Debt Rescue For Companies
Is your company having difficulties with debts? Small to medium sized companies having financial troubles are not uncommon. This is due to worldwide economic slowdown, taxes, several other factors, along with difficulty in obtaining credit. Company debt levels can easily spin out of control when not kept in checked, thus, it is imperative for business owners and managers to have some sort of debt rescue measures in place.
Solutions That Offer Debt Rescue For A Company
There are many ways to tackle debt such as some management processes to cope with company debt:
1. Start by focusing on credit control and cash collection. If you ensure the company is being paid on time, the business will be far less dependent on lines of credit such as the bank overdraft and will have the funds available to pay suppliers.
2. It is far better to spend management time ensuring invoices are correctly issued and debts collected rather than managing creditors who are constantly demanding payment.
3. It may be possible to defer tax payments using the Government time to pay scheme. This will give a short term respite from tax debts and is useful to tide the company over a period where cash is tight. This is not however a solution to a deeper business debt problem as the tax will eventually have to be paid. If you believe you have a more serious company debt problem, you need a robust business turnaround solution.
Rescheduling Debts
1. Consider a Company Voluntary Arrangement (CVA) agreement when unable to pay debts to avoid the risk of formal creditor action against your company. This agreement with your company’s creditors enables you to reduce the amount of payment of debts over a fixed period of time, usually five years. A CVA agreement can write off up to 50% of your company’s debts and there is little upfront investigation required.
2. You may also consider, as an alternative to the above, closing your business and starting over again in the same trade if you want. Through a Pre Pack Administration, you may start a new business without the debts of the previous one. When the old company is closed the creditors are paid from the proceeds of the asset sale. In this setup, the creditors will not be paid wholly and fully but they will receive more than allowing the business to completely fail and close down. Thus, creditors will be more pleased with you closing the business and starting all over.
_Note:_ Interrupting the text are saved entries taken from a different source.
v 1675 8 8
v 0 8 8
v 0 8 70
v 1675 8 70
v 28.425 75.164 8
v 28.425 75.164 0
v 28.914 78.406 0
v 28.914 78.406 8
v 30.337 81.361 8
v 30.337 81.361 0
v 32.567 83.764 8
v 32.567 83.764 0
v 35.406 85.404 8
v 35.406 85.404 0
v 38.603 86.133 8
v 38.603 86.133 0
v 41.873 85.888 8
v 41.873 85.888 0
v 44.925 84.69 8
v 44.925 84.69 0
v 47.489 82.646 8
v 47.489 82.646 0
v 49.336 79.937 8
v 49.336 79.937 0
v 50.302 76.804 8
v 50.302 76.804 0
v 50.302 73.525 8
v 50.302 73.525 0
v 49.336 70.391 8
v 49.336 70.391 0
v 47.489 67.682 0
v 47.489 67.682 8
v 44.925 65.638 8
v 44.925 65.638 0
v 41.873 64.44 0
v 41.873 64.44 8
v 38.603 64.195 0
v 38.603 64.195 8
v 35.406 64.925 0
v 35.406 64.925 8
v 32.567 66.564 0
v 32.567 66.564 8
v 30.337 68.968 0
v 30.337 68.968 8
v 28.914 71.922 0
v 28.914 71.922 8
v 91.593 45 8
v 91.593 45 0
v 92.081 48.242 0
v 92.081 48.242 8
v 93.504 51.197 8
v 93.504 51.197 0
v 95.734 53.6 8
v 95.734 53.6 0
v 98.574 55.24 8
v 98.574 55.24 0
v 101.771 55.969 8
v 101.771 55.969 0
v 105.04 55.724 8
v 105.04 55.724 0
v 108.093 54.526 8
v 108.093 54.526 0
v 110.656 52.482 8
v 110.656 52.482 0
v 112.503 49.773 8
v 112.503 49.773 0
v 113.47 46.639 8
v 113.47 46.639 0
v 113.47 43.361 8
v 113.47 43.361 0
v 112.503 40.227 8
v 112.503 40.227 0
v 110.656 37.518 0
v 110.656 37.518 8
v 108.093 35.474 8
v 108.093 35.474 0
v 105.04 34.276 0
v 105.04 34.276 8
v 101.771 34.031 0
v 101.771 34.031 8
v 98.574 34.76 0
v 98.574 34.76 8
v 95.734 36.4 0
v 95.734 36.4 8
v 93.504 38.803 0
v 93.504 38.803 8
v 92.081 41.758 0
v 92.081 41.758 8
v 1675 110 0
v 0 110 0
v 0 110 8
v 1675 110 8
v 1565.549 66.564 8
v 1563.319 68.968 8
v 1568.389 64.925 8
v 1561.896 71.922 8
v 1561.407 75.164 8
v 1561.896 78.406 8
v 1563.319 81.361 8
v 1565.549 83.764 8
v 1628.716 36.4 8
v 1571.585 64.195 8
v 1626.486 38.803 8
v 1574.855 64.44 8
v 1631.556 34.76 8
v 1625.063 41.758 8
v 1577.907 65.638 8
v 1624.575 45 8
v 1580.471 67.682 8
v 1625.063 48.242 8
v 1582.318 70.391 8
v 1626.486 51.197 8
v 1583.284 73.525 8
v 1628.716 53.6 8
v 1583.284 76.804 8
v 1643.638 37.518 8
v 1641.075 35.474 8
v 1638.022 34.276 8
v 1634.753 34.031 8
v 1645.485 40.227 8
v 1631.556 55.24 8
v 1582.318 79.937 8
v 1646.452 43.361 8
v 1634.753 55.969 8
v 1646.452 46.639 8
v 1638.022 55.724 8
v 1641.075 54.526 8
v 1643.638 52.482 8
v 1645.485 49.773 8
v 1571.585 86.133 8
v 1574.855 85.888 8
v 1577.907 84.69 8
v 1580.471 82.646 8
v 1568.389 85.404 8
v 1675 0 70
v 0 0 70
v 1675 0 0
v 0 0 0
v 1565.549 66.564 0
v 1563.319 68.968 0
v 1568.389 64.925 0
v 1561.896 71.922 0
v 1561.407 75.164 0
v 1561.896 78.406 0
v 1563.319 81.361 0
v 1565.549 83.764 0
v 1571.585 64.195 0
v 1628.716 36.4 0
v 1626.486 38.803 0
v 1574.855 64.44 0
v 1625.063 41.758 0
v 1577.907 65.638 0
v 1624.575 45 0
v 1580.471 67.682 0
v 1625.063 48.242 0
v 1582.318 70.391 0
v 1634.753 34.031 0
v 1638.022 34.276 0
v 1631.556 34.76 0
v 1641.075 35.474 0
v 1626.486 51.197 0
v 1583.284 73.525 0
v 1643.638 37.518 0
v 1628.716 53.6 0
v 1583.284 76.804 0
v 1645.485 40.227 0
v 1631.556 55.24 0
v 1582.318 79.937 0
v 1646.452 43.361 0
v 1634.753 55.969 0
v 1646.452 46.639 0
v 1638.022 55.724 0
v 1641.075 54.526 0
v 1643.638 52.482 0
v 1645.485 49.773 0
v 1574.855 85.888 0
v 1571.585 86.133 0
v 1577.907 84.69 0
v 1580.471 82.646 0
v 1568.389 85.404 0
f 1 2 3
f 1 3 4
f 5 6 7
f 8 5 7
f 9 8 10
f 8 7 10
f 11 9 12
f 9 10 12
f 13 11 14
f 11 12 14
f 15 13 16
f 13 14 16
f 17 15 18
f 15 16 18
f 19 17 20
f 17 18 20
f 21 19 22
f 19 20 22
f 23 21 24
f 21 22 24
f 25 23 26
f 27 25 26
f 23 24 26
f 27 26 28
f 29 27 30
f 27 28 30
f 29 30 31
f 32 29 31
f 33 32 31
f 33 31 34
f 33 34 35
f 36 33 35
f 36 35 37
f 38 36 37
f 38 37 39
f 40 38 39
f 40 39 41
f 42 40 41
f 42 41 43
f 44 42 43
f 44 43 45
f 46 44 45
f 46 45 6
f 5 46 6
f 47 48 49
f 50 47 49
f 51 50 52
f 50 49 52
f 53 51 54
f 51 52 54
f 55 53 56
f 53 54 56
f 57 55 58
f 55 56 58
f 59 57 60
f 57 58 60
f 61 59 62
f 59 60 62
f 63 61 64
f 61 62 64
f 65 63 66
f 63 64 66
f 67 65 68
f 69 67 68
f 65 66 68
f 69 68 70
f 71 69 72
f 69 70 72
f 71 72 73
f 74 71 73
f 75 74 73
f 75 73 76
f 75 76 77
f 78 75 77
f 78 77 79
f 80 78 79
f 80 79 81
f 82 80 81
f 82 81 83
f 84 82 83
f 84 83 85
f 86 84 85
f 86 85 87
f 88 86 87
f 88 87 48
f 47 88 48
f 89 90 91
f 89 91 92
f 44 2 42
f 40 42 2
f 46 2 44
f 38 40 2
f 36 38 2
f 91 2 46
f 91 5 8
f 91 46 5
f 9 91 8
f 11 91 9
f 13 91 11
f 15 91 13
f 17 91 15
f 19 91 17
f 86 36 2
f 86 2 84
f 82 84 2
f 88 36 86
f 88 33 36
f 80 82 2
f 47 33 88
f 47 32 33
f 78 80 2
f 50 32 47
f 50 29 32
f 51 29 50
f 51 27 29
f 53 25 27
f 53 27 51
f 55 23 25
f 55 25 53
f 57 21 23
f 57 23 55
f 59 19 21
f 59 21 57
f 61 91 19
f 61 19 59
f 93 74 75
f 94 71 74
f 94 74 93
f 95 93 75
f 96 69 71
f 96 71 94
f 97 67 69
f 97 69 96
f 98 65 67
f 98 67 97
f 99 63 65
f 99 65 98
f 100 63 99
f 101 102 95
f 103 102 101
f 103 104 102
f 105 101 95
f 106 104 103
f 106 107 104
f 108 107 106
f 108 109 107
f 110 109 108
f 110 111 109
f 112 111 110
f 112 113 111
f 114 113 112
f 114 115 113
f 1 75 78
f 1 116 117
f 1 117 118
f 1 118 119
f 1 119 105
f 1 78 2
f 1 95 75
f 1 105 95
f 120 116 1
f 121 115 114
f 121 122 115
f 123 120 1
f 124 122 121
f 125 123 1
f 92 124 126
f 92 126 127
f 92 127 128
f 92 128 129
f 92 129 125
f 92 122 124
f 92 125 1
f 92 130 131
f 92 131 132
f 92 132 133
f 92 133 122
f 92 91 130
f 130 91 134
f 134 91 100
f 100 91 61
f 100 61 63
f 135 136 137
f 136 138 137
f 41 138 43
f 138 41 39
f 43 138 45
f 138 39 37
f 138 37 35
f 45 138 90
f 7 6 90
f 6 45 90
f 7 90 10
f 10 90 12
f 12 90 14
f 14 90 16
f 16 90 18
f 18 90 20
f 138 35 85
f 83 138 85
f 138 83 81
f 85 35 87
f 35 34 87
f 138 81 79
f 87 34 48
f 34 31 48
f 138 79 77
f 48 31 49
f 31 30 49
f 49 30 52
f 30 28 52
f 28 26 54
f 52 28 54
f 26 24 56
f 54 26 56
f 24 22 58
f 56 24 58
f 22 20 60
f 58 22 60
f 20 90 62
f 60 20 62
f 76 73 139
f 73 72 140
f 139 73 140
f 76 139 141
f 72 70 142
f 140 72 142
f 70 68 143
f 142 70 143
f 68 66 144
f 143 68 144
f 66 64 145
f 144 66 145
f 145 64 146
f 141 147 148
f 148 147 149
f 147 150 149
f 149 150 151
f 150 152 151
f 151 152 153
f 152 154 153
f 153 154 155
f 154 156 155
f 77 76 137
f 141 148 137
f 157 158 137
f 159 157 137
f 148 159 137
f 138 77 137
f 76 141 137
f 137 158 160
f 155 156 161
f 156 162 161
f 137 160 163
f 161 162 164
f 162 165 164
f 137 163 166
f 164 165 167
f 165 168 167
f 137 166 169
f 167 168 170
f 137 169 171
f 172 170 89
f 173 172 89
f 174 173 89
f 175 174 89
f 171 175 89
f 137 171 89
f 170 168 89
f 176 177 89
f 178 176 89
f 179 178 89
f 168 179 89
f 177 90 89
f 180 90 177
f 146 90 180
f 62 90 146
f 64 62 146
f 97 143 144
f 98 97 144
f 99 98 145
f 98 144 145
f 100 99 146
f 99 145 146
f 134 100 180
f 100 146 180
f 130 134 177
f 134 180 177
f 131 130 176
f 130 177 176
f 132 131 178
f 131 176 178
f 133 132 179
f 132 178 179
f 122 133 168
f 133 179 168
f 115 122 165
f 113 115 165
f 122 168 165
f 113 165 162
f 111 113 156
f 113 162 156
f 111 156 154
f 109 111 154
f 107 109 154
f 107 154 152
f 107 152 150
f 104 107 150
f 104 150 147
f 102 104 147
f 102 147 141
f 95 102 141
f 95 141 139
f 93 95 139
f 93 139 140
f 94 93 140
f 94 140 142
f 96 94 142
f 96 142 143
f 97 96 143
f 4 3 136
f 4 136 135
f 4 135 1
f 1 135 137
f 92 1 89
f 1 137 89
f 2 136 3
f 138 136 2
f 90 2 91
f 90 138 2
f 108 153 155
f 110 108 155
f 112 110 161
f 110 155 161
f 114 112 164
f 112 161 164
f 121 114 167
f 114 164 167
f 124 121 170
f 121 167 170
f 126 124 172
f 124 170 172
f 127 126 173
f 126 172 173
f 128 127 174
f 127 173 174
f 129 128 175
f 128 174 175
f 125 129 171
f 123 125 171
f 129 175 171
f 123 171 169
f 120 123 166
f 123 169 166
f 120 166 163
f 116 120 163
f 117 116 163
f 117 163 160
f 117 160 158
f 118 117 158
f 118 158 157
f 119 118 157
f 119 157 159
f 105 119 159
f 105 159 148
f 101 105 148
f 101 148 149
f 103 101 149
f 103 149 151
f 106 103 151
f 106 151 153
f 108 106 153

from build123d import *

# Parameters (mm, degrees)
SKETCH_1_W          = 1675
SKETCH_1_H          = 110
EXTRUDE_1_DEPTH     = 8
SKETCH_2_W          = 1675
SKETCH_2_H          = 8
EXTRUDE_2_DEPTH     = 62
SKETCH_3_R          = 11
CUT_EXTRUDE_1_DEPTH = 1681.066962951


with BuildPart() as part:
    # 草图1 → 拉伸1 (new body)
    with BuildSketch(Plane.XY):
        with Locations((837.5, 55)):
            Rectangle(SKETCH_1_W, SKETCH_1_H)
    extrude(amount=EXTRUDE_1_DEPTH)

    # 草图2 → 拉伸2 (add)
    with BuildSketch(Plane.XY.offset(8)):
        with Locations((837.5, 4)):
            Rectangle(SKETCH_2_W, SKETCH_2_H)
    extrude(amount=EXTRUDE_2_DEPTH)

    # 草图3 → 切除-拉伸1 (cut, through all)
    with BuildSketch(Plane(origin=(0, 0, 0), x_dir=(-1, 0, 0), z_dir=(0, 0, -1))):
        with Locations((-1635.574764315, 45)):
            Circle(SKETCH_3_R)
        with Locations((-1572.407333755, 75.164146207)):
            Circle(SKETCH_3_R)
        with Locations((-102.592666245, 45)):
            Circle(SKETCH_3_R)
        with Locations((-39.425235685, 75.164146207)):
            Circle(SKETCH_3_R)
    extrude(amount=-CUT_EXTRUDE_1_DEPTH, mode=Mode.SUBTRACT)


solid = part.part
As you can see, improving internal processes such as invoicing and credit control are a first priority to prevent company debt problems. Should the problem sink, business is in trouble and rescue is badly needed you can opt for either of the two choices suggested under rescheduling debts.
Since company debt is starting to be a worldwide issue, the governments of most countries have enacted projects and laws to save small to medium businesses. Be sure to include in your research the various government debt relief efforts in your country too.